We’ve got a corporate quiz happening in November - last year, there was a lot of cheating with people (brazenly, in some cases) googling the answers on their smartphones (despite this being forbidden).
Anyway, I thought it would be interesting if a couple of decoy questions could be introduced - where Google gives a first answer that is:
[ul]
[li]Distinctive (maybe even worded in a distinctive way, so we can be confident it was googled, rather than just remembered)[/li][li]Obscure or esoteric (i.e. not something someone would be likely to know already)[/li][li]Wrong[/li][/ul]
This thread*addressed the same issue a while back. You (!) suggested Snopes as a target site, but the problem is that some people will be wrong because they remembered the urban legend rather than because they googled it.
Is there going to be a penalty for getting the wrong answers on these questions? If it were to cost, say 10% of total available points then this will be a powerful deterrent - if it’s just one missed point, less so.

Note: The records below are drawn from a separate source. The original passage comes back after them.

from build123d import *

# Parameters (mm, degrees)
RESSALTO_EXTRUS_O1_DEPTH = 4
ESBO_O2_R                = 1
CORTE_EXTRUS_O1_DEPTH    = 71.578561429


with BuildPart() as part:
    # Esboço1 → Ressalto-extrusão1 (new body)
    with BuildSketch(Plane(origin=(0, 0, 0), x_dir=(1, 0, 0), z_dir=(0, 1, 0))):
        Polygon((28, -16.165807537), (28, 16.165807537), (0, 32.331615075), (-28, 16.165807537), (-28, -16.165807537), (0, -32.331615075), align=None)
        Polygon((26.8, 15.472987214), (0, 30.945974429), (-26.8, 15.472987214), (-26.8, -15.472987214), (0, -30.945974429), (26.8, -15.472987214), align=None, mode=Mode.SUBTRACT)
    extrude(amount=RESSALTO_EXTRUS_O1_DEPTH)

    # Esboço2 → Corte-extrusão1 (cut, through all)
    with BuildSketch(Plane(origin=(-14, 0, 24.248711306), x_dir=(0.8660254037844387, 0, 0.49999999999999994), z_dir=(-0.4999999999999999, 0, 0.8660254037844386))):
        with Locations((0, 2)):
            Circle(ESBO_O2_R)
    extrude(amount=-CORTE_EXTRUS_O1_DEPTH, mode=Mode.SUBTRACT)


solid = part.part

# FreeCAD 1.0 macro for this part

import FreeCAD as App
import Part
import Sketcher

V = App.Vector
Q = App.Units.Quantity


def add_polygon(sketch, points):
    """Adds a closed chain of lines whose ends are joined by coincident constraints."""
    first, n = sketch.GeometryCount, len(points)
    for a, b in zip(points, points[1:] + points[:1]):
        sketch.addGeometry(Part.LineSegment(App.Vector(*a, 0), App.Vector(*b, 0)), False)
    for i in range(n):
        sketch.addConstraint(Sketcher.Constraint("Coincident", first + i, 2, first + (i + 1) % n, 1))

doc = App.newDocument("Part")
body = doc.addObject("PartDesign::Body", "Body")

# Sketch on XZ plane
sketch1 = body.newObject("Sketcher::SketchObject", "Sketch")
sketch1.AttachmentSupport = (doc.getObject("XZ_Plane"), [""])
sketch1.MapMode = "FlatFace"
add_polygon(sketch1, [(28, 16), (28, -16), (0, -32), (-28, -16), (-28, 16), (0, 32)])  # lines 0-5
add_polygon(sketch1, [(0, -31), (27, -15), (27, 15), (0, 31), (-27, 15), (-27, -15)])  # lines 6-11
sketch1.addConstraint([
    Sketcher.Constraint("Vertical", 0),
    Sketcher.Constraint("Vertical", 3),
    Sketcher.Constraint("Vertical", 7),
    Sketcher.Constraint("Vertical", 10),
    Sketcher.Constraint("Symmetric", 0, 2, 3, 2, -1, 1),
    Sketcher.Constraint("Symmetric", 1, 2, 4, 2, -1, 1),
    Sketcher.Constraint("Symmetric", 6, 2, 9, 2, -1, 1),
    Sketcher.Constraint("Symmetric", 8, 2, 11, 2, -1, 1),
    Sketcher.Constraint("PointOnObject", 1, 2, -2),
    Sketcher.Constraint("PointOnObject", 8, 2, -2),
    Sketcher.Constraint("Parallel", 2, 5),
    Sketcher.Constraint("Parallel", 4, 6),
    Sketcher.Constraint("Parallel", 5, 8),
    Sketcher.Constraint("Parallel", 8, 11),
    Sketcher.Constraint("Horizontal", 0, 2, 2, 2),
    Sketcher.Constraint("Angle", 1, Q("-150 deg")),
    Sketcher.Constraint("DistanceX", -1, 1, 0, 2, Q("28 mm")),
    Sketcher.Constraint("DistanceX", -1, 1, 6, 2, Q("26.8 mm")),
    Sketcher.Constraint("DistanceY", 0, 2, 0, 1, Q("32.331615 mm")),
    Sketcher.Constraint("DistanceY", 7, 1, 7, 2, Q("30.945974 mm")),
])
pad1 = body.newObject("PartDesign::Pad", "Pad")
pad1.Profile = sketch1
pad1.Length = 4
pad1.Reversed = True

# Sketch on an angled plane
sketch2 = body.newObject("Sketcher::SketchObject", "Sketch001")
sketch2.Placement = App.Placement(V(-14, 0, 24.248711), App.Rotation(V(0.866025404, 0, 0.5), V(0, 1, 0), V(-0.5, 0, 0.866025404), "ZXY"))
sketch2.addGeometry(Part.Circle(V(0, 2, 0), V(0, 0, 1), 1), False)
sketch2.addConstraint([
    Sketcher.Constraint("PointOnObject", 0, 3, -2),
    Sketcher.Constraint("Diameter", 0, Q("2 mm")),
    Sketcher.Constraint("DistanceY", -1, 1, 0, 3, Q("2 mm")),
])
pocket1 = body.newObject("PartDesign::Pocket", "Pocket")
pocket1.Profile = sketch2
pocket1.Type = "ThroughAll"

doc.recompute()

(One solution might be just to bluff - tell people ahead of time that there are booby-trap questions, even if you can’t find any. This will work if you also announce a big penalty, I should think.)
*Yes, I found it by googling for “google wrong answers”. You can’t fight the system.
I’m not saying you should do this, or even that it would definitely work, but I’m just saying that if the clear top google result for a question is a particular wikipedia entry, and if someone went in to wikipedia and edited (falsely) the entry a few minutes before the quiz, then the false entry would probably still be there during the quiz to catch cheating contestants.
Actually it almost certainly wouldn’t. Unless you are very good at wikipedia vandalism or attack a very obscure subject your misleading edits would be reverted very rapidly. Also you need to rely on google re-indexing it.
Keep in mind that anything obscure but specific mentioned in this thread will likely come up as a top search result in Google, possibly revealing the entrapment ploy.
I go to a regular pub quiz on Friday nights that cuts down on smartphone cheating with the simple tactic of reading the questions quickly. I.e., there are seven rounds. Each round has 10 questions. The quizmaster reads each question and gives no more than about 10 seconds for teams to write down the answer before he goes to the next one. Once he reads the last question, you only have about half a minute before he requests all papers to be turned in, and then you start again for round 2. There is also a picture round, as someone described earlier, and an “identify this song” round.
You can still cheat with a smartphone, but it’s a lot harder because while you’re trying to look up the answer to #1, he’s already reading #2, etc.
If people are brazenly cheating, you need to have an arbitrator who goes around and confiscates smartphones from people. Either that or dock people a 5-point fine every time you see a smartphone on the table or in someone’s hands. Cheaters suck.
I believe cartographers used to (still?) do something like this.
They’d fabricate a village with an obscure name and throw it on a map. If the village later appeared on maps from other map makers, next thing they knew, Blam!, the culprit would find themself standing in front of Judge Judy.
I’ve tried a couple of misconceptions that I’ve heard commonly (or once believed):
Elephants are the only animal with 4 knees
Thomas Edison invented the lightbulb
Logie Baird invented television
Golf was invented in Scotland
and in each case Google offered several cites with the common wrong answer but at least one throwing doubt on it. I guess it depends if people are going to go straight for the top answer - you could encourage this by controlling the time they have, as per MsWhatsit, but it’s not certain.
Set up a website which turns up when you search for that phrase.
Ask the question, “Which famous 17th century eccentric said… [phrase]?”
When people get to that website, they find that you have encoded a loud, autoplaying siren noise. Instant disqualification and public shaming for anybody you hear looking at the website.
So I have nothing useful to add, but still want to say that I love this idea. As a (not particularly good) bar trivia player and hater of cheats, I’m on board with this. Also, I like the photo suggestion. It might not be exactly what you’re looking for, but it’s pretty cheat proof, which is good enough. It doesn’t out and shame the frauds, sure, but take what you can get.